Secondo gli esperti, che in Italia al momento puntano su Ei Tower (9,96%), Rai Way (5%), Snam (4,87%), Enel (5,615%), Prysmian (5,1%), FinecoBank (5,07%) e Azimut Holding (5,06%), nel 2018 l’espansione economica che quest’anno è andata sincronizzandosi nelle principali aree del mondo dovrebbe proseguire ulteriormente, anche se a tassi leggermente meno robusti almeno per quanto riguarda la crescita degli utili, che comunque dovrebbe continuare a trascinare al rialzo i listini azionari.
A livello di area geografica, le preferenze di BlackRock vanno agli emergenti, che finora sono rimasti indietro ma ora potrebbero recuperare terreno rispetto ai listini sviluppati grazie a un mix positivo di fattori che va dall’avanzare di riforme in molti mercati chiave alla disponibilità degli investitori a tornare ad incrementare l’esposizione dopo anni di sottopeso.
Da tenere d’occhio in particolare i listini emergenti dell’Asia e, tra quelli dell’America Latina, il Brasile e l’Argentina (cosa che potrebbe fare bene ai titoli maggiormente esposti a tali mercati, come l’italiana Fiat Chrysler Automobiles, ndr). Quanto ai mercati azionari sviluppati, le attese sono positive un po’ ovunque ed il consiglio è di puntare in particolare sui titoli finanziari e tecnologici Usa, sui ciclici europei e sugli esportatori giapponesi (salvo eventuali contraccolpi dovuti a una eccessiva forza dello yen).

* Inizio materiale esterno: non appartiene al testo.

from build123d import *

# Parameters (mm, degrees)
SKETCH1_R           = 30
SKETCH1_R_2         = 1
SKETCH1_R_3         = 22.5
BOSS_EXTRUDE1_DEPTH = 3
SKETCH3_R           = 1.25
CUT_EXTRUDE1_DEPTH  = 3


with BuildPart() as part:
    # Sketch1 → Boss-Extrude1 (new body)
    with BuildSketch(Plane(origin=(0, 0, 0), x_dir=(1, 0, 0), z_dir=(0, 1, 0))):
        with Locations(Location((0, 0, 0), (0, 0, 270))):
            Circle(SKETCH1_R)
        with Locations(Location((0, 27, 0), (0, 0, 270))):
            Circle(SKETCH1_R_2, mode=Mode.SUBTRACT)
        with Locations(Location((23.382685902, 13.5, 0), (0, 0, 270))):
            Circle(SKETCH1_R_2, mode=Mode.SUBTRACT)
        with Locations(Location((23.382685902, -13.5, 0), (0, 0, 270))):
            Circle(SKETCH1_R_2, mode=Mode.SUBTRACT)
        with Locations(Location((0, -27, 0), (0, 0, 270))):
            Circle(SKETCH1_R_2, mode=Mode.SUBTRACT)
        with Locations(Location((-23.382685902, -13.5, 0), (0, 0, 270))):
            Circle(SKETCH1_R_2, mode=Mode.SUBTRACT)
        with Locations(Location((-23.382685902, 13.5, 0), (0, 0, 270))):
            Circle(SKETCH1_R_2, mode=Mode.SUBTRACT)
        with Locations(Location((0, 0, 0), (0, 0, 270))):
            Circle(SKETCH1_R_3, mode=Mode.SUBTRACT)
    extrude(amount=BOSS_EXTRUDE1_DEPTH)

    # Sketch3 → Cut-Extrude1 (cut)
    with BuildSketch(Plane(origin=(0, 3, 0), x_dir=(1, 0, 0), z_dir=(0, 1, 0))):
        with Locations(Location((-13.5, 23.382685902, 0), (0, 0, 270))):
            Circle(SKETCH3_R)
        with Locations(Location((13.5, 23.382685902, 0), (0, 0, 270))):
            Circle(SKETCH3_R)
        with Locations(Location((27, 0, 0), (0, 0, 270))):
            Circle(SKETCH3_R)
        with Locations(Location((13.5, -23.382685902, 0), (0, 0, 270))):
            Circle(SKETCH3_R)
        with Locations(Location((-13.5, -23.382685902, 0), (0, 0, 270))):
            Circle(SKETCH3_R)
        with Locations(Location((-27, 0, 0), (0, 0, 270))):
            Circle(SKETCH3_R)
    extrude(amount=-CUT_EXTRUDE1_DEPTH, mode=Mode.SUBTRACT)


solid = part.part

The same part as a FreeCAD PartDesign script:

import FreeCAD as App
import Part
import Sketcher
Q = App.Units.Quantity

doc = App.newDocument("Part")
body = doc.addObject("PartDesign::Body", "Body")

sketch1 = doc.addObject("Sketcher::SketchObject", "Sketch")
body.addObject(sketch1)
sketch1.AttachmentSupport = (doc.XZ_Plane, [""])
sketch1.MapMode = "FlatFace"
sketch1.addGeometry(Part.Circle(App.Vector(0, 0, 0), App.Vector(0, 0, 1), 30), False)
sketch1.addGeometry(Part.Circle(App.Vector(-23.4, -13.5, 0), App.Vector(0, 0, 1), 1), False)
sketch1.addGeometry(Part.Circle(App.Vector(0, -27, 0), App.Vector(0, 0, 1), 1), False)
sketch1.addGeometry(Part.Circle(App.Vector(-23.4, 13.5, 0), App.Vector(0, 0, 1), 1), False)
sketch1.addGeometry(Part.Circle(App.Vector(23.4, -13.5, 0), App.Vector(0, 0, 1), 1), False)
sketch1.addGeometry(Part.Circle(App.Vector(0, 0, 0), App.Vector(0, 0, 1), 22.5), False)
sketch1.addGeometry(Part.Circle(App.Vector(0, 27, 0), App.Vector(0, 0, 1), 1), False)
sketch1.addGeometry(Part.Circle(App.Vector(23.4, 13.5, 0), App.Vector(0, 0, 1), 1), False)
sketch1.addConstraint(Sketcher.Constraint("Coincident", 0, 3, -1, 1))
sketch1.addConstraint(Sketcher.Constraint("Coincident", 5, 3, -1, 1))
sketch1.addConstraint(Sketcher.Constraint("Equal", 1, 2))
sketch1.addConstraint(Sketcher.Constraint("Equal", 2, 3))
sketch1.addConstraint(Sketcher.Constraint("Equal", 3, 4))
sketch1.addConstraint(Sketcher.Constraint("Equal", 4, 6))
sketch1.addConstraint(Sketcher.Constraint("Equal", 6, 7))
sketch1.addConstraint(Sketcher.Constraint("Symmetric", 3, 3, 4, 3, -1, 1))
sketch1.addConstraint(Sketcher.Constraint("Symmetric", 2, 3, 6, 3, -1, 1))
sketch1.addConstraint(Sketcher.Constraint("Symmetric", 1, 3, 7, 3, -1, 1))
sketch1.addConstraint(Sketcher.Constraint("Symmetric", 1, 3, 4, 3, -2))
sketch1.addConstraint(Sketcher.Constraint("PointOnObject", 2, 3, -2))
sketch1.addConstraint(Sketcher.Constraint("Diameter", 0, Q("60 mm")))
sketch1.addConstraint(Sketcher.Constraint("Diameter", 1, Q("2 mm")))
sketch1.addConstraint(Sketcher.Constraint("Diameter", 5, Q("45 mm")))
sketch1.addConstraint(Sketcher.Constraint("DistanceY", 2, 3, -1, 1, Q("27 mm")))
sketch1.addConstraint(Sketcher.Constraint("DistanceY", 1, 3, 3, 3, Q("27 mm")))
sketch1.addConstraint(Sketcher.Constraint("DistanceX", 1, 3, 4, 3, Q("46.765372 mm")))
pad1 = doc.addObject("PartDesign::Pad", "Pad")
body.addObject(pad1)
pad1.Profile = sketch1
pad1.Length = 3
pad1.Reversed = True

sketch2 = doc.addObject("Sketcher::SketchObject", "Sketch001")
body.addObject(sketch2)
sketch2.AttachmentSupport = (doc.XZ_Plane, [""])
sketch2.MapMode = "FlatFace"
sketch2.AttachmentOffset = App.Placement(App.Vector(0, 0, -3), App.Rotation())
sketch2.addGeometry(Part.Circle(App.Vector(-13.5, -23.4, 0), App.Vector(0, 0, 1), 1.2), False)
sketch2.addGeometry(Part.Circle(App.Vector(13.5, -23.4, 0), App.Vector(0, 0, 1), 1.2), False)
sketch2.addGeometry(Part.Circle(App.Vector(27, 0, 0), App.Vector(0, 0, 1), 1.2), False)
sketch2.addGeometry(Part.Circle(App.Vector(13.5, 23.4, 0), App.Vector(0, 0, 1), 1.2), False)
sketch2.addGeometry(Part.Circle(App.Vector(-13.5, 23.4, 0), App.Vector(0, 0, 1), 1.2), False)
sketch2.addGeometry(Part.Circle(App.Vector(-27, 0, 0), App.Vector(0, 0, 1), 1.2), False)
sketch2.addConstraint(Sketcher.Constraint("Equal", 0, 1))
sketch2.addConstraint(Sketcher.Constraint("Equal", 1, 2))
sketch2.addConstraint(Sketcher.Constraint("Equal", 2, 3))
sketch2.addConstraint(Sketcher.Constraint("Equal", 3, 4))
sketch2.addConstraint(Sketcher.Constraint("Equal", 4, 5))
sketch2.addConstraint(Sketcher.Constraint("Symmetric", 0, 3, 3, 3, -1, 1))
sketch2.addConstraint(Sketcher.Constraint("Symmetric", 1, 3, 4, 3, -1, 1))
sketch2.addConstraint(Sketcher.Constraint("Symmetric", 2, 3, 5, 3, -1, 1))
sketch2.addConstraint(Sketcher.Constraint("Symmetric", 0, 3, 1, 3, -2))
sketch2.addConstraint(Sketcher.Constraint("PointOnObject", 2, 3, -1))
sketch2.addConstraint(Sketcher.Constraint("Diameter", 0, Q("2.5 mm")))
sketch2.addConstraint(Sketcher.Constraint("DistanceX", -1, 1, 2, 3, Q("27 mm")))
sketch2.addConstraint(Sketcher.Constraint("DistanceX", 0, 3, 1, 3, Q("27 mm")))
sketch2.addConstraint(Sketcher.Constraint("DistanceY", 1, 3, 3, 3, Q("46.765372 mm")))
pocket1 = doc.addObject("PartDesign::Pocket", "Pocket")
body.addObject(pocket1)
pocket1.Profile = sketch2
pocket1.Length = 3
pocket1.Reversed = True

doc.recompute()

Meno brillanti le prospettive per i mercati del credito, dato livelli di spread ormai già molto compressi, bassi rendimenti e un ciclo espansivo ormai nella sua fase matura che sta già vedendo alcune banche centrali come la Federal Reserve rialzare i tassi (si attendono altri tre ritocchi nel corso del 2018 dopo i tre di quest’anno), e altre iniziare una graduale normalizzazione delle proprie politiche monetarie (la Bank of England, che potrebbe rialzare ancora una volta i tassi a fine anno prossimo o la stessa Bce, che da settembre dovrebbe interrompere i suoi acquisti di bond sul mercato).

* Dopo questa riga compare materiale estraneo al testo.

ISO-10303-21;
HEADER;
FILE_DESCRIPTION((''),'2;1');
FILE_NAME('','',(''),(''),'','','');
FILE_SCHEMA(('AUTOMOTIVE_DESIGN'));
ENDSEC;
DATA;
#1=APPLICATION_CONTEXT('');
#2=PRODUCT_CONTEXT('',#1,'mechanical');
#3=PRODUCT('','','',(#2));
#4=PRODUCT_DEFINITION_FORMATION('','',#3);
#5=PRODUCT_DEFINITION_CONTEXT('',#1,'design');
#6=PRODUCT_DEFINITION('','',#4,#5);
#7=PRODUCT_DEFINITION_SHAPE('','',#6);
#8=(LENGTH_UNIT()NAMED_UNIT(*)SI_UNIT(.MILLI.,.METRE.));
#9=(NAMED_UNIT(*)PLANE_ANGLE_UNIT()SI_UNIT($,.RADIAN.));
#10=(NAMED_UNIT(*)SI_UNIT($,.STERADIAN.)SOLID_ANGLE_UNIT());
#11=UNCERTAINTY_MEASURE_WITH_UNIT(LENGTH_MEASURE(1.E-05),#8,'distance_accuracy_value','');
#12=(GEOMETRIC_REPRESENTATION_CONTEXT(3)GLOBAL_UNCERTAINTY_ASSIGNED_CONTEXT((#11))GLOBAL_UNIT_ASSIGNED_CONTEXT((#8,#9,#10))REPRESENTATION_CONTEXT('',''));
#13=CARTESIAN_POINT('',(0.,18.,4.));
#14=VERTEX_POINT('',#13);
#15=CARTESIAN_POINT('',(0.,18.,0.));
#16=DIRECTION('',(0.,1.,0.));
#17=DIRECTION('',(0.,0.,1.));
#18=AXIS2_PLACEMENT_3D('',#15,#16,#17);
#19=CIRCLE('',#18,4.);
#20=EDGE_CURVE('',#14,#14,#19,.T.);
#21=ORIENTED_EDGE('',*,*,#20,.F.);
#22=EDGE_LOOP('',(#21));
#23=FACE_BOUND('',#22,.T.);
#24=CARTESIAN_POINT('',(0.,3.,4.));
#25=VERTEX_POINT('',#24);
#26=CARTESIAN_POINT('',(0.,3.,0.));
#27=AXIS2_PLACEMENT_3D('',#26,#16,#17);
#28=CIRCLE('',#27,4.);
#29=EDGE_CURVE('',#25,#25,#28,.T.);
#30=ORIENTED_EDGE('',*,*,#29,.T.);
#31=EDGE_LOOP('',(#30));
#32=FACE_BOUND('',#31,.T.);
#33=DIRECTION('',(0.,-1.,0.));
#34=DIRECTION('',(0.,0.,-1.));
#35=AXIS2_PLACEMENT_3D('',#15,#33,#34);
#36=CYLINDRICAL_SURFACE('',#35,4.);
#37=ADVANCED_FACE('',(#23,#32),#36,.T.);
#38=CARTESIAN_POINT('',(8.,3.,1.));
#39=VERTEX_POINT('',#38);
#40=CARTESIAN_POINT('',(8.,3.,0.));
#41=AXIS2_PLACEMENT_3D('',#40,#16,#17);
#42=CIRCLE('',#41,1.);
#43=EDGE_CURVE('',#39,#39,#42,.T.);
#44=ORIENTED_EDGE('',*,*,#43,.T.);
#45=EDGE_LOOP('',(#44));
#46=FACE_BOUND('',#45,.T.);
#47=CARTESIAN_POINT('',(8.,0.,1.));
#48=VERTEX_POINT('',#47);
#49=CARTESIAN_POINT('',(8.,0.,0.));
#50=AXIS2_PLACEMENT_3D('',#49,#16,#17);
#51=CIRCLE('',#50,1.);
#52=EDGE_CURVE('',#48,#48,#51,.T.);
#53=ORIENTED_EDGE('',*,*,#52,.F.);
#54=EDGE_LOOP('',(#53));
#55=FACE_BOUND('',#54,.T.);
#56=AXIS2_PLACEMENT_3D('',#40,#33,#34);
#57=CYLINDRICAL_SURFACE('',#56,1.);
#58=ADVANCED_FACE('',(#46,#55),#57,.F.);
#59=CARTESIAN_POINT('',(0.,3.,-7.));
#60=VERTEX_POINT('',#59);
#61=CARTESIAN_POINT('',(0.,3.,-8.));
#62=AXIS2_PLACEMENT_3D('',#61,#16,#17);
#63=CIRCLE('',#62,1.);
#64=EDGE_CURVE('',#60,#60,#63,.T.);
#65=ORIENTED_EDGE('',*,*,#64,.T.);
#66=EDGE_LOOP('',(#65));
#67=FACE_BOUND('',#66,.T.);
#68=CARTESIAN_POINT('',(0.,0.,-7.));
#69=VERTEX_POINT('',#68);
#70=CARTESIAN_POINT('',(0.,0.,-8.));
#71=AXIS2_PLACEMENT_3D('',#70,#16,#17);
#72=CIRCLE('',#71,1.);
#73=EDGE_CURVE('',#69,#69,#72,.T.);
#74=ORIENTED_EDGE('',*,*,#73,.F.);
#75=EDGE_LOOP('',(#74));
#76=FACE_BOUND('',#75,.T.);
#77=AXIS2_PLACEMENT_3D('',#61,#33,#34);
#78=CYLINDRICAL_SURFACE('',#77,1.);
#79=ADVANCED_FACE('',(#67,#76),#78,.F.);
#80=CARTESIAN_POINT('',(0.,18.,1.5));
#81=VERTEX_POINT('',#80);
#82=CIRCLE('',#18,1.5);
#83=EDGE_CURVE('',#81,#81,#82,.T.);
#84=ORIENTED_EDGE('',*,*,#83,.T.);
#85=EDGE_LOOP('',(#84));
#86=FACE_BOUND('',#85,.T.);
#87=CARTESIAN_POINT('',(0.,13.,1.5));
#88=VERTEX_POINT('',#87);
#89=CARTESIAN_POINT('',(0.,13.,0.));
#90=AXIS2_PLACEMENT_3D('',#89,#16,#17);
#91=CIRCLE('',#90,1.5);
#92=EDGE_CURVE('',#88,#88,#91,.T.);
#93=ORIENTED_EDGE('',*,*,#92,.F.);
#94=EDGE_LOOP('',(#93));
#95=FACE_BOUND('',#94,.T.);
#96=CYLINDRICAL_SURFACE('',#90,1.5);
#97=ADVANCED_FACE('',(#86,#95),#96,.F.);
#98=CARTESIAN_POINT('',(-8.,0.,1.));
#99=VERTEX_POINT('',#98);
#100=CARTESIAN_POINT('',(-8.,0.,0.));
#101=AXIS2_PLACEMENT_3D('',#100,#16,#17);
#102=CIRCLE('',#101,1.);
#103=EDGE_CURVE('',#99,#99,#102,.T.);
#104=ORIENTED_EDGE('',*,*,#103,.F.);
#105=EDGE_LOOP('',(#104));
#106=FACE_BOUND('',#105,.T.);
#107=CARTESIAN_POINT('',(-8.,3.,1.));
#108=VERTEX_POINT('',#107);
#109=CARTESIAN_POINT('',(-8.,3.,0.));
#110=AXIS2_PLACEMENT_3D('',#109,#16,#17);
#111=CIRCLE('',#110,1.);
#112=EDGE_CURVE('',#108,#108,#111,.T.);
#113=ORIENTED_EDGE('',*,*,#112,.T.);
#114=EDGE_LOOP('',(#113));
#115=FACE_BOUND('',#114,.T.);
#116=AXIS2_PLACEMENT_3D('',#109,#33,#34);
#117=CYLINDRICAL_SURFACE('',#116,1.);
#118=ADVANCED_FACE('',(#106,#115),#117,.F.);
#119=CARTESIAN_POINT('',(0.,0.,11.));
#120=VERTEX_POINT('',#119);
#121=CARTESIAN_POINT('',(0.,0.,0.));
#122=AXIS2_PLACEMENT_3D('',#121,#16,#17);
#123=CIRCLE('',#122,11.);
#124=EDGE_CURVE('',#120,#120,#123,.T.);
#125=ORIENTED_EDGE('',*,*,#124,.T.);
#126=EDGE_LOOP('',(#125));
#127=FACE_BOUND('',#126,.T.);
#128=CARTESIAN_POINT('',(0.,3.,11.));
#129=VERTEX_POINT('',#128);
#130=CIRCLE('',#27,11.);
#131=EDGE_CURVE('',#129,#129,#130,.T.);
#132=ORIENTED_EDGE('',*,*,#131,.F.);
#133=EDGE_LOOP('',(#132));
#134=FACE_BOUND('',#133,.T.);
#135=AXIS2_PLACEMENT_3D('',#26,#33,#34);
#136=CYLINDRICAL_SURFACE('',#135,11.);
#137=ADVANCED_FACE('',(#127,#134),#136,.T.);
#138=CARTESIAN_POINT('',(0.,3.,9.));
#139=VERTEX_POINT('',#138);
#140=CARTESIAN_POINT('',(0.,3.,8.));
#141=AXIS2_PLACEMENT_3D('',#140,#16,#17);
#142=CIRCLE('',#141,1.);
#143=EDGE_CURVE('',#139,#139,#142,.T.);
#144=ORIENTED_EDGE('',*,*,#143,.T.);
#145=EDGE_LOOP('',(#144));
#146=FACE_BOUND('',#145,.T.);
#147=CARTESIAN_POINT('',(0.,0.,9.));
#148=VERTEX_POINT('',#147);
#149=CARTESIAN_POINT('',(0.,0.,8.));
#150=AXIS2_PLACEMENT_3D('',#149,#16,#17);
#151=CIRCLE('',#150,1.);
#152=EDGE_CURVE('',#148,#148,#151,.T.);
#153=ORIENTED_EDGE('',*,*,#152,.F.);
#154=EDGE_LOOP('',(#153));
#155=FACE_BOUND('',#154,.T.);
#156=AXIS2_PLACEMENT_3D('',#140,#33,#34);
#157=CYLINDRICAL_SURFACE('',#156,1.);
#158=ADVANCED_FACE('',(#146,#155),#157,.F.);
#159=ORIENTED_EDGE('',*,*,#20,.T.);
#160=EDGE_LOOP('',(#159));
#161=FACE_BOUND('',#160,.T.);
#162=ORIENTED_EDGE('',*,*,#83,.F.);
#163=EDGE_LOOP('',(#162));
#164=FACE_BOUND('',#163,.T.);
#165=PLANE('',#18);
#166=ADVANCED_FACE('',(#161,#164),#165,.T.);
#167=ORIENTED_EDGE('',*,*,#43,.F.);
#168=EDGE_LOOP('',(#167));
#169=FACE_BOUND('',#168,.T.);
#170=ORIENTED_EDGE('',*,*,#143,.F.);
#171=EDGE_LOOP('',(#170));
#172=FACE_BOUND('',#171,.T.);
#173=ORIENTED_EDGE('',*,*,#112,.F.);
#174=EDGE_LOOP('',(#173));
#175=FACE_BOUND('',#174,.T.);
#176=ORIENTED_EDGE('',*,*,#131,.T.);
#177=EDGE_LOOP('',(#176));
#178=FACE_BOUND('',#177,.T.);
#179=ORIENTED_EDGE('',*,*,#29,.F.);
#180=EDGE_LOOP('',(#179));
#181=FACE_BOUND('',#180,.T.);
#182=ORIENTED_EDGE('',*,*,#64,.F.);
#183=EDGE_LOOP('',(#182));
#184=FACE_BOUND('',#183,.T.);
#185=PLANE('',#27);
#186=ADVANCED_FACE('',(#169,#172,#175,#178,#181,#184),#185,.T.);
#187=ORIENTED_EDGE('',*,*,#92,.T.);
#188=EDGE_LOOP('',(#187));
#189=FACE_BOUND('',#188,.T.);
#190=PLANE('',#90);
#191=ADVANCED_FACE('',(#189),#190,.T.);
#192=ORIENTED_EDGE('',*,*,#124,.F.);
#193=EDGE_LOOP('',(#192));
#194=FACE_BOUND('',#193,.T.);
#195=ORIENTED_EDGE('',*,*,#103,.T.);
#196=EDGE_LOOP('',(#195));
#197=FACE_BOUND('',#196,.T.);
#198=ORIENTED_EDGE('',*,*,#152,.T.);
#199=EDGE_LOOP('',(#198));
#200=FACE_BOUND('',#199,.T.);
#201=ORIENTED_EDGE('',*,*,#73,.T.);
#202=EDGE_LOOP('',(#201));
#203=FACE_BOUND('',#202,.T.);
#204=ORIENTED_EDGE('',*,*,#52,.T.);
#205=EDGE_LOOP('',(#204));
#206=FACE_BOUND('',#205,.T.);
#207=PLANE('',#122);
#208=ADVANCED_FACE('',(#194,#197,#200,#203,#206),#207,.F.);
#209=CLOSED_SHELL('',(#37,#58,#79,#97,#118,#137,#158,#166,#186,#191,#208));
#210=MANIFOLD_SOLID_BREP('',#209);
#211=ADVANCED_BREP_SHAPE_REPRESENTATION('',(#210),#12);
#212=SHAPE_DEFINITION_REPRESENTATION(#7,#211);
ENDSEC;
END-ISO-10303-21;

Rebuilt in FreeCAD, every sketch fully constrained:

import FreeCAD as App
import Part
import Sketcher
Q = App.Units.Quantity

doc = App.newDocument("Part")
body = doc.addObject("PartDesign::Body", "Body")

sketch1 = body.newObject("Sketcher::SketchObject", "Sketch")
sketch1.AttachmentSupport = (doc.getObject("XZ_Plane"), [""])
sketch1.MapMode = "FlatFace"
sketch1.addGeometry([
    Part.Circle(App.Vector(0, 0, 0), App.Vector(0, 0, 1), 11),
    Part.Circle(App.Vector(0, -8, 0), App.Vector(0, 0, 1), 1),
    Part.Circle(App.Vector(-8, 0, 0), App.Vector(0, 0, 1), 1),
    Part.Circle(App.Vector(8, 0, 0), App.Vector(0, 0, 1), 1),
    Part.Circle(App.Vector(0, 8, 0), App.Vector(0, 0, 1), 1),
], False)
sketch1.addConstraint([
    Sketcher.Constraint("Coincident", 0, 3, -1, 1),
    Sketcher.Constraint("Equal", 1, 2),
    Sketcher.Constraint("Equal", 2, 3),
    Sketcher.Constraint("Equal", 3, 4),
    Sketcher.Constraint("Symmetric", 2, 3, 3, 3, -1, 1),
    Sketcher.Constraint("Symmetric", 1, 3, 4, 3, -1, 1),
    Sketcher.Constraint("PointOnObject", 1, 3, -2),
    Sketcher.Constraint("PointOnObject", 2, 3, -1),
    Sketcher.Constraint("Diameter", 0, Q("22 mm")),
    Sketcher.Constraint("Diameter", 1, Q("2 mm")),
    Sketcher.Constraint("DistanceY", 1, 3, -1, 1, Q("8 mm")),
    Sketcher.Constraint("DistanceX", 2, 3, -1, 1, Q("8 mm")),
])
pad1 = body.newObject("PartDesign::Pad", "Pad")
pad1.Profile = sketch1
pad1.Length = 3
pad1.Reversed = True

sketch2 = body.newObject("Sketcher::SketchObject", "Sketch001")
sketch2.AttachmentSupport = (doc.getObject("XZ_Plane"), [""])
sketch2.MapMode = "FlatFace"
sketch2.AttachmentOffset = App.Placement(App.Vector(0, 0, -3), App.Rotation())
sketch2.addGeometry(Part.Circle(App.Vector(0, 0, 0), App.Vector(0, 0, 1), 4), False)
sketch2.addConstraint([
    Sketcher.Constraint("Coincident", 0, 3, -1, 1),
    Sketcher.Constraint("Diameter", 0, Q("8 mm")),
])
pad2 = body.newObject("PartDesign::Pad", "Pad001")
pad2.Profile = sketch2
pad2.Length = 15
pad2.Reversed = True

sketch3 = body.newObject("Sketcher::SketchObject", "Sketch002")
sketch3.AttachmentSupport = (doc.getObject("XZ_Plane"), [""])
sketch3.MapMode = "FlatFace"
sketch3.AttachmentOffset = App.Placement(App.Vector(0, 0, -18), App.Rotation())
sketch3.addGeometry(Part.Circle(App.Vector(0, 0, 0), App.Vector(0, 0, 1), 1.5), False)
sketch3.addConstraint([
    Sketcher.Constraint("Coincident", 0, 3, -1, 1),
    Sketcher.Constraint("Diameter", 0, Q("3 mm")),
])
pocket1 = body.newObject("PartDesign::Pocket", "Pocket")
pocket1.Profile = sketch3
pocket1.Length = 5
pocket1.Reversed = True

doc.recompute()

L’abbondanza di risparmio a livello mondiale e l’appetito per tassi più elevati degli attuali dovrebbero fungere da sostegno per i mercati obbligazionari, riducendo di molto lo spazio per un rialzo dei tassi di mercato, ma anche in questo caso il gioco sembra essere quello di limitare i danni più che di cercare di guadagnare cifre importanti. In ogni caso tra i titoli a reddito fisso, le preferenze degli uomini di BlackRock vanno ai titoli indicizzati all’inflazione (come il Btp Italia, per intenderci), piuttosto che quelli a tasso fisso, soprattutto per quanto riguarda il mercato americano.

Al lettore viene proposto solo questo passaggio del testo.